Rigorous asymptotics of traveling-wave solutions to the thin-film equation and Tanner's law

We are interested in traveling-wave solutions to the thin-film equation with zero microscopic contact angle (in the sense of complete wetting without precursor) and inhomogeneous mobility ${{h}^{3}}+{{\lambda}^{3-n}}{{h}^{n}}$, where h, λ, and $n\in \left(\frac{3}{2},\frac{7}{3}\right)$ denote film height, slip parameter, and mobility exponent, respectively. Existence and uniqueness of these solutions have been established by Maria Chiricotto and the first of the authors in previous work under the assumption of sub-quadratic growth as $h\to \infty$.

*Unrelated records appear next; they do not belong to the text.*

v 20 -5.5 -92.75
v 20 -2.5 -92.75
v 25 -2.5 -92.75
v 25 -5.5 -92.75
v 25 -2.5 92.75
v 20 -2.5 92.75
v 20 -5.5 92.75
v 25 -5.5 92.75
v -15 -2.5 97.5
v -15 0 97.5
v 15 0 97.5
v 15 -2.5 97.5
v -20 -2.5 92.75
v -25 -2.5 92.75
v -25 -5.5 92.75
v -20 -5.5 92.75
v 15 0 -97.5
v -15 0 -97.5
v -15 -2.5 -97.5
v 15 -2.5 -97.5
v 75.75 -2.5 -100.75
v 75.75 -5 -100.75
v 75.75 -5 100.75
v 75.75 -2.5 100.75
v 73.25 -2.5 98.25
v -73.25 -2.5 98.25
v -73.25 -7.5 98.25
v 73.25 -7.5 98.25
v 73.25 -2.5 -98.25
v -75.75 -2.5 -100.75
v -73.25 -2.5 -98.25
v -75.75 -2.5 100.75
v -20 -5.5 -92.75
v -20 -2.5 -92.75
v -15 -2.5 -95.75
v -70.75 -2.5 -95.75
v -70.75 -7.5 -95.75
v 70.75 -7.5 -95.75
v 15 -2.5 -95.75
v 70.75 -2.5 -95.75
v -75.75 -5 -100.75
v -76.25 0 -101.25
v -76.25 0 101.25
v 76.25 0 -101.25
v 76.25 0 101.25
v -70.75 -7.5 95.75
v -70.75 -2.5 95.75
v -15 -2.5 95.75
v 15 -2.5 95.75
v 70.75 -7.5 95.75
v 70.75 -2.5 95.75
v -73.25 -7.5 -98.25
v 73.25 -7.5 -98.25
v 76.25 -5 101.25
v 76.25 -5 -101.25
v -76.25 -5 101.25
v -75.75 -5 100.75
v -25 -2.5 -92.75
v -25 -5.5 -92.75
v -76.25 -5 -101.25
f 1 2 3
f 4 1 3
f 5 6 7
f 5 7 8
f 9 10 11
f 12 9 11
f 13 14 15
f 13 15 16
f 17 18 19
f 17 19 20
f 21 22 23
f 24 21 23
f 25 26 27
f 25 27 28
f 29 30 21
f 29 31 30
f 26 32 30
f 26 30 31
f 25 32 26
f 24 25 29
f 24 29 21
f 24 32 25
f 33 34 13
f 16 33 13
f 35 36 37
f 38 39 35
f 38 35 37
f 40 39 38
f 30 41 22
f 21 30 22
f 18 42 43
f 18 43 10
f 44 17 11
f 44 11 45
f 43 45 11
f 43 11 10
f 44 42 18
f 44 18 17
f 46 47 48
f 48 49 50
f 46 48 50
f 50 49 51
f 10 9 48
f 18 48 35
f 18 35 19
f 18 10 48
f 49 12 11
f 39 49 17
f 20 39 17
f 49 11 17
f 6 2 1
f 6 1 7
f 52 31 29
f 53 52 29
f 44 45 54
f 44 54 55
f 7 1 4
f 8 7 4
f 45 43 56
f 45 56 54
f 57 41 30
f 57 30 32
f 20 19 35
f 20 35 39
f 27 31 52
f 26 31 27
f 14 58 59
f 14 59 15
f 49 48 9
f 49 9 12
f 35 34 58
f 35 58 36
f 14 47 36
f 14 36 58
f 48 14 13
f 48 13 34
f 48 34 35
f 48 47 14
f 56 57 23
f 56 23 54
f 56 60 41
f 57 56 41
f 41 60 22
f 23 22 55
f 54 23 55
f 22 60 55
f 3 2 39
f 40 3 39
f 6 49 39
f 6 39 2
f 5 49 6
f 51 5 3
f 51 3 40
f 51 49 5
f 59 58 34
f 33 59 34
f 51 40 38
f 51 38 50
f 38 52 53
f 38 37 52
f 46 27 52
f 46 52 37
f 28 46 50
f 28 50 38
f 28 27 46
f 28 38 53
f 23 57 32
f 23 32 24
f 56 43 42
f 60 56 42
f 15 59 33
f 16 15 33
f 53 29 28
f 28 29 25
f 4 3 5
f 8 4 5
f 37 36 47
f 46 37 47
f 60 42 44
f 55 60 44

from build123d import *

# Parameters (mm, degrees)
SKETCH1_W           = 152.5
SKETCH1_H           = 202.5
BOSS_EXTRUDE1_DEPTH = 5
SKETCH3_W           = 151.5
SKETCH3_H           = 201.5
CUT_EXTRUDE1_DEPTH  = 2.5
SKETCH5_W           = 146.5
SKETCH5_H           = 196.5
SKETCH5_W_2         = 141.5
SKETCH5_H_2         = 191.5
BOSS_EXTRUDE3_DEPTH = 5
SKETCH6_W           = 30
SKETCH6_H           = 195
CUT_EXTRUDE4_DEPTH  = 2.5
SKETCH7_W           = 5
SKETCH7_H           = 185.5
BOSS_EXTRUDE5_DEPTH = 3


with BuildPart() as part:
    # Sketch1 → Boss-Extrude1 (new body)
    with BuildSketch(Plane(origin=(0, 0, 0), x_dir=(1, 0, 0), z_dir=(0, 1, 0))):
        Rectangle(SKETCH1_W, SKETCH1_H)
    extrude(amount=-BOSS_EXTRUDE1_DEPTH)

    # Sketch3 → Cut-Extrude1 (cut)
    with BuildSketch(Plane.XZ.offset(5)):
        Rectangle(SKETCH3_W, SKETCH3_H)
    extrude(amount=-CUT_EXTRUDE1_DEPTH, mode=Mode.SUBTRACT)

    # Sketch5 → Boss-Extrude3 (add)
    with BuildSketch(Plane.XZ.offset(2.5)):
        Rectangle(SKETCH5_W, SKETCH5_H)
        Rectangle(SKETCH5_W_2, SKETCH5_H_2, mode=Mode.SUBTRACT)
    extrude(amount=BOSS_EXTRUDE3_DEPTH)

    # Sketch6 → Cut-Extrude4 (cut)
    with BuildSketch(Plane(origin=(0, 0, 0), x_dir=(1, 0, 0), z_dir=(0, 1, 0))):
        Rectangle(SKETCH6_W, SKETCH6_H)
    extrude(amount=-CUT_EXTRUDE4_DEPTH, mode=Mode.SUBTRACT)

    # Sketch7 → Boss-Extrude5 (add)
    with BuildSketch(Plane.XZ.offset(2.5)):
        with Locations((-22.5, 0)):
            Rectangle(SKETCH7_W, SKETCH7_H)
        with Locations((22.5, 0)):
            Rectangle(SKETCH7_W, SKETCH7_H)
    extrude(amount=BOSS_EXTRUDE5_DEPTH)


solid = part.part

In the present work we investigate the asymptotics of solutions as $h\searrow 0$ (the contact-line region) and $h\to \infty$. As $h\searrow 0$ we observe, to leading order, the same asymptotics as for traveling waves or source-type self-similar solutions to the thin-film equation with homogeneous mobility hⁿ and we additionally characterize corrections to this law. Moreover, as $h\to \infty$ we identify, to leading order, the logarithmic Tanner profile, i.e. the solution to the corresponding unperturbed problem with $\lambda =0$ that determines the apparent macroscopic contact angle. Besides higher-order terms, corrections turn out to affect the asymptotic law as $h\to \infty$ only by setting the length scale in the logarithmic Tanner profile. Moreover, we prove that both the correction and the length scale depend smoothly on n. Hence, in line with the common philosophy, the precise modeling of liquid–solid interactions (within our model, the mobility exponent) does not affect the qualitative macroscopic properties of the film.